→ **Instructions to follow**
Using the entries that follow, write out the line containing "v36 (-6,-0.5,-15.992186)", the line containing "face PLANE(AX(P(-17,-18,0),D(0,1,0),D(1,0,0))) rev", and every line between them, exactly and nothing else.

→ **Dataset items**

[Start of section]

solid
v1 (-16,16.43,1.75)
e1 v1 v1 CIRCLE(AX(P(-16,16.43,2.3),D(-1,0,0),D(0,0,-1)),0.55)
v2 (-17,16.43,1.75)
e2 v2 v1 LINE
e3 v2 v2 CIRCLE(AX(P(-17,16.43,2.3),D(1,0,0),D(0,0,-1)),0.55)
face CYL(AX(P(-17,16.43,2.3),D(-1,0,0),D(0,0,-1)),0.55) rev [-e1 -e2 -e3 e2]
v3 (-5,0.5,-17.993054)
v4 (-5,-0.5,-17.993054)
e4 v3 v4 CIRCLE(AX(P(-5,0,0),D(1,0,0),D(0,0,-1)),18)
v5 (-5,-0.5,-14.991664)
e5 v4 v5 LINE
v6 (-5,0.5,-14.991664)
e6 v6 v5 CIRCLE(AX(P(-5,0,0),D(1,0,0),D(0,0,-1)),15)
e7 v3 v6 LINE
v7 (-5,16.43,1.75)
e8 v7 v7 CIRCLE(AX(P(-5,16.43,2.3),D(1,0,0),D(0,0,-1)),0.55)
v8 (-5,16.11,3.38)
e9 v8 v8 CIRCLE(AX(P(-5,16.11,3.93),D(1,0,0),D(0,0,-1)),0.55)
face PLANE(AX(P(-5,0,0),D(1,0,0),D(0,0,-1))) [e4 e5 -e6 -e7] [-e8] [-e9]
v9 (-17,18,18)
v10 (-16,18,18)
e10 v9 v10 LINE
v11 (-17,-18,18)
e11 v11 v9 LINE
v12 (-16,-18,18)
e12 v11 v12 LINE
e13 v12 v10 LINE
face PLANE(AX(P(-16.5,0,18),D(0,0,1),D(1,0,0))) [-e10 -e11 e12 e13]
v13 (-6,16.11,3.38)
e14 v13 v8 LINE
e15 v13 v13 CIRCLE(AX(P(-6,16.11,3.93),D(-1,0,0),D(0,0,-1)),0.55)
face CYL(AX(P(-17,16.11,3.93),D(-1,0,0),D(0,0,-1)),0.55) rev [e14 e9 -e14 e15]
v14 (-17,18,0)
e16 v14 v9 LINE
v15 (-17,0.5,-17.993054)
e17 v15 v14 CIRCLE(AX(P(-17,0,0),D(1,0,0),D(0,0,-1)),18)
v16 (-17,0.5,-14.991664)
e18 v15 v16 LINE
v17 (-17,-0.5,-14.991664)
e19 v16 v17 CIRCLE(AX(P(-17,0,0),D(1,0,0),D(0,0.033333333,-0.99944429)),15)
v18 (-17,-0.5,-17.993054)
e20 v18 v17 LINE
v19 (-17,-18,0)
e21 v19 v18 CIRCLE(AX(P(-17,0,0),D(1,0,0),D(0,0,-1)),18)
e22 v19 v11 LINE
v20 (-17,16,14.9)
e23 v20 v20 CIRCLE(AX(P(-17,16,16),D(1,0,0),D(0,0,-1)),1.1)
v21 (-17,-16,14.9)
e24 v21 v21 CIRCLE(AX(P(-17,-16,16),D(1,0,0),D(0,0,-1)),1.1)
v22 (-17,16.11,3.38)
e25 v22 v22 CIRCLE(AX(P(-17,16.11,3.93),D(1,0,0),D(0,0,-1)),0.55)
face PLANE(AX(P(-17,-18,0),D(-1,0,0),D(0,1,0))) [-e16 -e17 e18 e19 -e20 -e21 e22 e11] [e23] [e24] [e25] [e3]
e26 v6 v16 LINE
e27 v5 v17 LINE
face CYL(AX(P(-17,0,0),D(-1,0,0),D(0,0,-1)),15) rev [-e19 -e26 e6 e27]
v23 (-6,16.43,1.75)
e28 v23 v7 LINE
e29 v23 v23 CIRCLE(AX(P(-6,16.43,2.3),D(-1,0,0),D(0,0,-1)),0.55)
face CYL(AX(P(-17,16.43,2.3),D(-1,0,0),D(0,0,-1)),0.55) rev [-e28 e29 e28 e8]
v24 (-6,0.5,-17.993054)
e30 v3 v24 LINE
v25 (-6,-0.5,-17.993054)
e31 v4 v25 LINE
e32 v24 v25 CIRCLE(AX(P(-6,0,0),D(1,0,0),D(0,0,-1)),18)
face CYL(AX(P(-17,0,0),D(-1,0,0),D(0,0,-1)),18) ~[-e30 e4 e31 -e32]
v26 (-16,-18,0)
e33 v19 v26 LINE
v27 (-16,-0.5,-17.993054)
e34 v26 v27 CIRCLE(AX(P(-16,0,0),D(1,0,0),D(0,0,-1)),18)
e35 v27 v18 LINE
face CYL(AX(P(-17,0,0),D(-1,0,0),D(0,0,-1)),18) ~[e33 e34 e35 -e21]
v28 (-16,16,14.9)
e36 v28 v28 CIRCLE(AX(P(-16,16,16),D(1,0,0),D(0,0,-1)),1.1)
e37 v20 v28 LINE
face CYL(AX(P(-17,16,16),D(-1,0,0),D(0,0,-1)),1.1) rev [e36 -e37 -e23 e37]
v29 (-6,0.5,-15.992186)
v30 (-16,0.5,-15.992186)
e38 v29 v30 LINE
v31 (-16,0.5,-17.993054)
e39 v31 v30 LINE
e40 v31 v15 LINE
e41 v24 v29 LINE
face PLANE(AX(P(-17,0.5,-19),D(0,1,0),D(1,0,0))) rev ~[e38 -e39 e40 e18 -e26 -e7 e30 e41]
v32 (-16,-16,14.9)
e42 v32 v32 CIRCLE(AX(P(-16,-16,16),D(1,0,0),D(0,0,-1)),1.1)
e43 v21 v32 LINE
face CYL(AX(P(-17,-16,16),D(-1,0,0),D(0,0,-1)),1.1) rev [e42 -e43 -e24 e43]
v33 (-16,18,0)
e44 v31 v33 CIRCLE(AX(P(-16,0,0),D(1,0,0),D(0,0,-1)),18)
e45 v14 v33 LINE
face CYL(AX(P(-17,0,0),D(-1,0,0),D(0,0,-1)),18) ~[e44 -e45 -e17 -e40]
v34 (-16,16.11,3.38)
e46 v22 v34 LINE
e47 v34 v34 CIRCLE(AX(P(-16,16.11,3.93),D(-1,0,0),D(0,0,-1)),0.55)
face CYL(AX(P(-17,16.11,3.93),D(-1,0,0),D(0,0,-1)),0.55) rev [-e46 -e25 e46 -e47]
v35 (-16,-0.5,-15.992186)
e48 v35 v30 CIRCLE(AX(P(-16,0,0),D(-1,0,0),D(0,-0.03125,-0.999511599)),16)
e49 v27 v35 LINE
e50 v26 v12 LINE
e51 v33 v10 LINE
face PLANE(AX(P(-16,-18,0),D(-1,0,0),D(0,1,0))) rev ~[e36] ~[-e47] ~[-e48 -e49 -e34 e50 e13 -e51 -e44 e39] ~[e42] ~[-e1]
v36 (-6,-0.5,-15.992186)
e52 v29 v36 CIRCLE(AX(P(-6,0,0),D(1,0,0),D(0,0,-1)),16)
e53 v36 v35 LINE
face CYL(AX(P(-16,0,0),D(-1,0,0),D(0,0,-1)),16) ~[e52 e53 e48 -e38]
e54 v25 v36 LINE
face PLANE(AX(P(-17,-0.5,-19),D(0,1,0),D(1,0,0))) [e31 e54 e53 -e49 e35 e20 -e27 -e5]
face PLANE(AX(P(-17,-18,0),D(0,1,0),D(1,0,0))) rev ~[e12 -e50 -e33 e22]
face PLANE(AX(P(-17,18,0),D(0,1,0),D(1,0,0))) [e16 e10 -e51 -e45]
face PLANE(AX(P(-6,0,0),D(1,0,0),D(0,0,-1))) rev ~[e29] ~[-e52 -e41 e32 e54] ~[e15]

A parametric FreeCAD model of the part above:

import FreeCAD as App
import Part
import Sketcher

V = App.Vector
Q = App.Units.Quantity


def add_polygon(sketch, points):
    """Adds a closed chain of lines whose ends are joined by coincident constraints."""
    first, n = sketch.GeometryCount, len(points)
    for a, b in zip(points, points[1:] + points[:1]):
        sketch.addGeometry(Part.LineSegment(App.Vector(*a, 0), App.Vector(*b, 0)), False)
    for i in range(n):
        sketch.addConstraint(Sketcher.Constraint("Coincident", first + i, 2, first + (i + 1) % n, 1))

doc = App.newDocument("Part")
params = doc.addObject("Spreadsheet::Sheet", "Params")
for row, (alias, value) in enumerate([
    ("sketch1_diameter", "1.1 mm"),
    ("pad1_length", "12 mm"),
    ("sketch2_diameter", "1.1 mm"),
    ("pad2_length", "12 mm"),
    ("sketch3_diameter", "30 mm"),
    ("pad3_length", "12 mm"),
    ("sketch4_diameter", "2.2 mm"),
    ("pad4_length", "1 mm"),
    ("sketch5_diameter", "2.2 mm"),
    ("pad5_length", "1 mm"),
    ("sketch6_width", "1 mm"),
    ("sketch6_height", "36 mm"),
    ("pad6_length", "18 mm"),
    ("sketch7_diameter", "1.1 mm"),
    ("pad7_length", "12 mm"),
    ("sketch8_diameter", "1.1 mm"),
    ("pad8_length", "12 mm"),
    ("sketch9_width", "12 mm"),
    ("sketch9_height", "1 mm"),
    ("pad9_length", "5 mm"),
    ("sketch10_diameter", "32 mm"),
    ("pad10_length", "10 mm"),
    ("sketch11_diameter", "36 mm"),
    ("pad11_length", "10 mm"),
    ("sketch12_diameter", "30 mm"),
    ("pad12_length", "12 mm"),
    ("sketch13_diameter", "36 mm"),
    ("pad13_length", "12 mm"),
], start=1):
    params.set(f"A{row}", alias)
    params.set(f"B{row}", "=" + value)
    params.setAlias(f"B{row}", alias)

body = doc.addObject("PartDesign::Body", "Body")

sketch1 = body.newObject("Sketcher::SketchObject", "Sketch")
sketch1.AttachmentSupport = (doc.getObject("YZ_Plane"), [""])
sketch1.MapMode = "FlatFace"
sketch1.AttachmentOffset = App.Placement(V(0, 0, -17), App.Rotation())
sketch1.addGeometry(Part.Circle(V(16.1, 3.9, 0), V(0, 0, 1), 0.6), False)
sketch1.addConstraint([
    Sketcher.Constraint("Diameter", 0, Q("1.1 mm")),
    Sketcher.Constraint("DistanceX", -1, 1, 0, 3, Q("16.11 mm")),
    Sketcher.Constraint("DistanceY", -1, 1, 0, 3, Q("3.93 mm")),
])
sketch1.setExpression("Constraints[0]", "Params.sketch1_diameter")
pad1 = body.newObject("PartDesign::Pad", "Pad")
pad1.Profile = sketch1
pad1.setExpression("Length", "Params.pad1_length")
body2 = doc.addObject("PartDesign::Body", "Body001")
body2.AllowCompound = True

sketch2 = body2.newObject("Sketcher::SketchObject", "Sketch001")
sketch2.AttachmentSupport = (doc.getObject("YZ_Plane001"), [""])
sketch2.MapMode = "FlatFace"
sketch2.AttachmentOffset = App.Placement(V(0, 0, -17), App.Rotation())
sketch2.addGeometry(Part.Circle(V(16.4, 2.3, 0), V(0, 0, 1), 0.6), False)
sketch2.addConstraint([
    Sketcher.Constraint("Diameter", 0, Q("1.1 mm")),
    Sketcher.Constraint("DistanceY", -1, 1, 0, 3, Q("2.3 mm")),
    Sketcher.Constraint("DistanceX", -1, 1, 0, 3, Q("16.43 mm")),
])
sketch2.setExpression("Constraints[0]", "Params.sketch2_diameter")
pad2 = body2.newObject("PartDesign::Pad", "Pad001")
pad2.Profile = sketch2
pad2.setExpression("Length", "Params.pad2_length")
doc.recompute()

boolean = body2.newObject("PartDesign::Boolean", "Boolean")
boolean.Type = "Fuse"
boolean.addObjects([body])
body3 = doc.addObject("PartDesign::Body", "Body002")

[End of section]

→ **Task answer**
v36 (-6,-0.5,-15.992186)
e52 v29 v36 CIRCLE(AX(P(-6,0,0),D(1,0,0),D(0,0,-1)),16)
e53 v36 v35 LINE
face CYL(AX(P(-16,0,0),D(-1,0,0),D(0,0,-1)),16) ~[e52 e53 e48 -e38]
e54 v25 v36 LINE
face PLANE(AX(P(-17,-0.5,-19),D(0,1,0),D(1,0,0))) [e31 e54 e53 -e49 e35 e20 -e27 -e5]
face PLANE(AX(P(-17,-18,0),D(0,1,0),D(1,0,0))) rev ~[e12 -e50 -e33 e22]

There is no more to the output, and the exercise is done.